[Saved entries]
*** Begin section ***

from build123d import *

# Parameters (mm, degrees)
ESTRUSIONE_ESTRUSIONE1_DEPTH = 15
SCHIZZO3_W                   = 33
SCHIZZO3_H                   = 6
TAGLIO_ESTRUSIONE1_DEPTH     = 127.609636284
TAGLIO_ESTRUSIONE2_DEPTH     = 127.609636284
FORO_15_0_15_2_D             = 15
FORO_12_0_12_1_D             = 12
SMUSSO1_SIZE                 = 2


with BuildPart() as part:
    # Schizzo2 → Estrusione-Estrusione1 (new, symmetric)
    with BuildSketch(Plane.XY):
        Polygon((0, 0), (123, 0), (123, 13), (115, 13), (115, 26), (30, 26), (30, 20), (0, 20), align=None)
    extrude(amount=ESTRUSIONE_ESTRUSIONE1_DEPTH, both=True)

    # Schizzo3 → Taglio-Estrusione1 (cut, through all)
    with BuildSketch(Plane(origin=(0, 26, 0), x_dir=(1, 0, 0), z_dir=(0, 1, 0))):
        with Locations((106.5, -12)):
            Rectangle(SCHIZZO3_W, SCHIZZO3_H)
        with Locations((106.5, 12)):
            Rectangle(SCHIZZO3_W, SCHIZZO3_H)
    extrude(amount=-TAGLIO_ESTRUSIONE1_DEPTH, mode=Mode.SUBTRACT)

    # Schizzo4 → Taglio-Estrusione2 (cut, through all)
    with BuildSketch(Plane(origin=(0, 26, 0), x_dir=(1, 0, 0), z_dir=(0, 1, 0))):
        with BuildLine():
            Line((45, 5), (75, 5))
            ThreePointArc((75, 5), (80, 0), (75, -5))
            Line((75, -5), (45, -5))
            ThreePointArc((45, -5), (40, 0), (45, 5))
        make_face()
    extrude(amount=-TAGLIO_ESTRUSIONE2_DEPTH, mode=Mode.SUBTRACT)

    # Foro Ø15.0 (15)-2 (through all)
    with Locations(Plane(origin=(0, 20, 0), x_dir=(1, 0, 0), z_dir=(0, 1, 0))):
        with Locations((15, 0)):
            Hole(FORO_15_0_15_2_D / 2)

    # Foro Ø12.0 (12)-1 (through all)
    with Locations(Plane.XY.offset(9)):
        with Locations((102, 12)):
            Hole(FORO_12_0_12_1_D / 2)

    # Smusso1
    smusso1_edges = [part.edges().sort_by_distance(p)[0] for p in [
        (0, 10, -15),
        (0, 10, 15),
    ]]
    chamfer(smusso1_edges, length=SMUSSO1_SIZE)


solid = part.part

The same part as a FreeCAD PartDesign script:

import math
import FreeCAD as App
import Part
import Sketcher


def edges_at(feature, points):
    """Names of the edges that pass closest to the given points."""
    edges = feature.Shape.Edges
    near = lambda p: min(range(len(edges)), key=lambda i: edges[i].distToShape(Part.Vertex(*p))[0])
    return sorted({f"Edge{near(p) + 1}" for p in points})


def add_polygon(sketch, points):
    """Adds a closed chain of lines whose ends are joined by coincident constraints."""
    first, n = sketch.GeometryCount, len(points)
    for a, b in zip(points, points[1:] + points[:1]):
        sketch.addGeometry(Part.LineSegment(App.Vector(*a, 0), App.Vector(*b, 0)), False)
    for i in range(n):
        sketch.addConstraint(Sketcher.Constraint("Coincident", first + i, 2, first + (i + 1) % n, 1))

doc = App.newDocument("Part")
params = doc.addObject("Spreadsheet::Sheet", "Params")
for row, (alias, value) in enumerate([
    ("sketch1_width", "123 mm"),
    ("sketch1_width2", "8 mm"),
    ("sketch1_width3", "85 mm"),
    ("sketch1_height", "13 mm"),
    ("sketch1_height2", "6 mm"),
    ("pad1_length", "30 mm"),
    ("sketch2_width", "33 mm"),
    ("sketch2_height", "6 mm"),
    ("sketch3_radius", "5 mm"),
    ("sketch3_width", "30 mm"),
    ("sketch4_diameter", "15 mm"),
    ("hole_diameter", "15 mm"),
    ("sketch5_diameter", "12 mm"),
    ("hole2_diameter", "12 mm"),
    ("chamfer_size", "2 mm"),
], start=1):
    params.set(f"A{row}", alias)
    params.set(f"B{row}", "=" + value)
    params.setAlias(f"B{row}", alias)

body = doc.addObject("PartDesign::Body", "Body")

sketch1 = body.newObject("Sketcher::SketchObject", "Sketch")
sketch1.AttachmentSupport = (doc.getObject("XY_Plane"), [""])
sketch1.MapMode = "FlatFace"
add_polygon(sketch1, [(0, 0), (123, 0), (123, 13), (115, 13), (115, 26), (30, 26), (30, 20), (0, 20)])
sketch1.addConstraint([
    Sketcher.Constraint("Horizontal", 0),
    Sketcher.Constraint("Vertical", 1),
    Sketcher.Constraint("Horizontal", 2),
    Sketcher.Constraint("Vertical", 3),
    Sketcher.Constraint("Horizontal", 4),
    Sketcher.Constraint("Vertical", 5),
    Sketcher.Constraint("Horizontal", 6),
    Sketcher.Constraint("Vertical", 7),
    Sketcher.Constraint("Coincident", 7, 2, -1, 1),
    Sketcher.Constraint("Equal", 1, 3),
    Sketcher.Constraint("DistanceX", 0, 1, 0, 2, 123.0),
    Sketcher.Constraint("DistanceX", 2, 2, 2, 1, 8.0),
    Sketcher.Constraint("DistanceX", 4, 2, 4, 1, 85.0),
    Sketcher.Constraint("DistanceY", 1, 1, 1, 2, 13.0),
    Sketcher.Constraint("DistanceY", 5, 2, 5, 1, 6.0),
])
sketch1.setExpression("Constraints[18]", "Params.sketch1_width")
sketch1.setExpression("Constraints[19]", "Params.sketch1_width2")
sketch1.setExpression("Constraints[20]", "Params.sketch1_width3")
sketch1.setExpression("Constraints[21]", "Params.sketch1_height")
sketch1.setExpression("Constraints[22]", "Params.sketch1_height2")
pad1 = body.newObject("PartDesign::Pad", "Pad")
pad1.Profile = sketch1
pad1.setExpression("Length", "Params.pad1_length")
pad1.Midplane = True

sketch2 = body.newObject("Sketcher::SketchObject", "Sketch001")
sketch2.AttachmentSupport = (doc.getObject("XZ_Plane"), [""])
sketch2.MapMode = "FlatFace"
sketch2.AttachmentOffset = App.Placement(App.Vector(0, 0, -26), App.Rotation())
add_polygon(sketch2, [(90, 9), (90, 15), (123, 15), (123, 9)])
add_polygon(sketch2, [(90, -15), (90, -9), (123, -9), (123, -15)])
sketch2.addConstraint([
    Sketcher.Constraint("Vertical", 0),
    Sketcher.Constraint("Horizontal", 1),
    Sketcher.Constraint("Vertical", 2),
    Sketcher.Constraint("Horizontal", 3),
    Sketcher.Constraint("Vertical", 4),
    Sketcher.Constraint("Horizontal", 5),
    Sketcher.Constraint("Vertical", 6),
    Sketcher.Constraint("Horizontal", 7),
    Sketcher.Constraint("Symmetric", 3, 2, 4, 2, -1),
    Sketcher.Constraint("Symmetric", 1, 2, 6, 2, -1),
    Sketcher.Constraint("DistanceX", 1, 1, 1, 2, 33.0),
    Sketcher.Constraint("DistanceY", 0, 1, 0, 2, 6.0),
    Sketcher.Constraint("DistanceX", -1, 1, 0, 2, 90.0),
    Sketcher.Constraint("DistanceY", -1, 1, 0, 2, 15.0),
])
sketch2.setExpression("Constraints[18]", "Params.sketch2_width")
sketch2.setExpression("Constraints[19]", "Params.sketch2_height")
pocket1 = body.newObject("PartDesign::Pocket", "Pocket")
pocket1.Profile = sketch2
pocket1.Type = "ThroughAll"
pocket1.Reversed = True

sketch3 = body.newObject("Sketcher::SketchObject", "Sketch002")
sketch3.AttachmentSupport = (doc.getObject("XZ_Plane"), [""])
sketch3.MapMode = "FlatFace"
sketch3.AttachmentOffset = App.Placement(App.Vector(0, 0, -26), App.Rotation())
sketch3.addGeometry([
    Part.LineSegment(App.Vector(75, -5, 0), App.Vector(45, -5, 0)),
    Part.ArcOfCircle(Part.Circle(App.Vector(45, 0, 0), App.Vector(0, 0, 1), 5), math.radians(90), math.radians(270)),
    Part.LineSegment(App.Vector(45, 5, 0), App.Vector(75, 5, 0)),
    Part.ArcOfCircle(Part.Circle(App.Vector(75, 0, 0), App.Vector(0, 0, 1), 5), math.radians(-90), math.radians(90)),
], False)
sketch3.addConstraint([
    Sketcher.Constraint("Tangent", 0, 2, 1, 2),
    Sketcher.Constraint("Tangent", 1, 1, 2, 1),
    Sketcher.Constraint("Tangent", 2, 2, 3, 2),
    Sketcher.Constraint("Tangent", 3, 1, 0, 1),
    Sketcher.Constraint("Horizontal", 0),
    Sketcher.Constraint("Horizontal", 2),
    Sketcher.Constraint("PointOnObject", 1, 3, -1),
    Sketcher.Constraint("Radius", 1, 5.0),
    Sketcher.Constraint("DistanceX", 0, 2, 0, 1, 30.0),
    Sketcher.Constraint("DistanceX", -1, 1, 1, 3, 45.0),
])
sketch3.setExpression("Constraints[7]", "Params.sketch3_radius")
sketch3.setExpression("Constraints[8]", "Params.sketch3_width")
pocket2 = body.newObject("PartDesign::Pocket", "Pocket001")
pocket2.Profile = sketch3
pocket2.Type = "ThroughAll"
pocket2.Reversed = True

sketch4 = body.newObject("Sketcher::SketchObject", "Sketch003")
sketch4.AttachmentSupport = (doc.getObject("XZ_Plane"), [""])
sketch4.MapMode = "FlatFace"
sketch4.AttachmentOffset = App.Placement(App.Vector(0, 0, -20), App.Rotation())
sketch4.addGeometry(Part.Circle(App.Vector(15, 0, 0), App.Vector(0, 0, 1), 8), False)
sketch4.addConstraint([
    Sketcher.Constraint("PointOnObject", 0, 3, -1),
    Sketcher.Constraint("Diameter", 0, 15.0),
    Sketcher.Constraint("DistanceX", -1, 1, 0, 3, 15.0),
])
sketch4.setExpression("Constraints[1]", "Params.sketch4_diameter")
doc.recompute()
hole = body.newObject("PartDesign::Hole", "Hole")
hole.Profile = sketch4
hole.ThreadType = "None"
hole.setExpression("Diameter", "Params.hole_diameter")
hole.DepthType = "ThroughAll"
hole.Reversed = True

sketch5 = body.newObject("Sketcher::SketchObject", "Sketch004")
sketch5.AttachmentSupport = (doc.getObject("XY_Plane"), [""])
sketch5.MapMode = "FlatFace"
sketch5.AttachmentOffset = App.Placement(App.Vector(0, 0, 9), App.Rotation())
sketch5.addGeometry(Part.Circle(App.Vector(102, 12, 0), App.Vector(0, 0, 1), 6), False)
sketch5.addConstraint([
    Sketcher.Constraint("Diameter", 0, 12.0),
    Sketcher.Constraint("DistanceX", -1, 1, 0, 3, 102.0),
    Sketcher.Constraint("DistanceY", -1, 1, 0, 3, 12.0),
])
sketch5.setExpression("Constraints[0]", "Params.sketch5_diameter")
doc.recompute()
hole2 = body.newObject("PartDesign::Hole", "Hole001")
hole2.Profile = sketch5
hole2.ThreadType = "None"
hole2.setExpression("Diameter", "Params.hole2_diameter")
hole2.DepthType = "ThroughAll"
doc.recompute()

chamfer = body.newObject("PartDesign::Chamfer", "Chamfer")
chamfer.Base = (hole2, edges_at(hole2, [(0, 10, -15), (0, 10, 15)]))
chamfer.setExpression("Size", "Params.chamfer_size")

doc.recompute()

*** End section ***

_WORK REQUEST_
Given the records above, reproduce precisely and only the lines between the line holding "# Schizzo3 →" and the line holding "The same part", inclusive.

_RESPONSE BOX_
    # Schizzo3 → Taglio-Estrusione1 (cut, through all)
    with BuildSketch(Plane(origin=(0, 26, 0), x_dir=(1, 0, 0), z_dir=(0, 1, 0))):
        with Locations((106.5, -12)):
            Rectangle(SCHIZZO3_W, SCHIZZO3_H)
        with Locations((106.5, 12)):
            Rectangle(SCHIZZO3_W, SCHIZZO3_H)
    extrude(amount=-TAGLIO_ESTRUSIONE1_DEPTH, mode=Mode.SUBTRACT)

    # Schizzo4 → Taglio-Estrusione2 (cut, through all)
    with BuildSketch(Plane(origin=(0, 26, 0), x_dir=(1, 0, 0), z_dir=(0, 1, 0))):
        with BuildLine():
            Line((45, 5), (75, 5))
            ThreePointArc((75, 5), (80, 0), (75, -5))
            Line((75, -5), (45, -5))
            ThreePointArc((45, -5), (40, 0), (45, 5))
        make_face()
    extrude(amount=-TAGLIO_ESTRUSIONE2_DEPTH, mode=Mode.SUBTRACT)

    # Foro Ø15.0 (15)-2 (through all)
    with Locations(Plane(origin=(0, 20, 0), x_dir=(1, 0, 0), z_dir=(0, 1, 0))):
        with Locations((15, 0)):
            Hole(FORO_15_0_15_2_D / 2)

    # Foro Ø12.0 (12)-1 (through all)
    with Locations(Plane.XY.offset(9)):
        with Locations((102, 12)):
            Hole(FORO_12_0_12_1_D / 2)

    # Smusso1
    smusso1_edges = [part.edges().sort_by_distance(p)[0] for p in [
        (0, 10, -15),
        (0, 10, 15),
    ]]
    chamfer(smusso1_edges, length=SMUSSO1_SIZE)


solid = part.part

The same part as a FreeCAD PartDesign script:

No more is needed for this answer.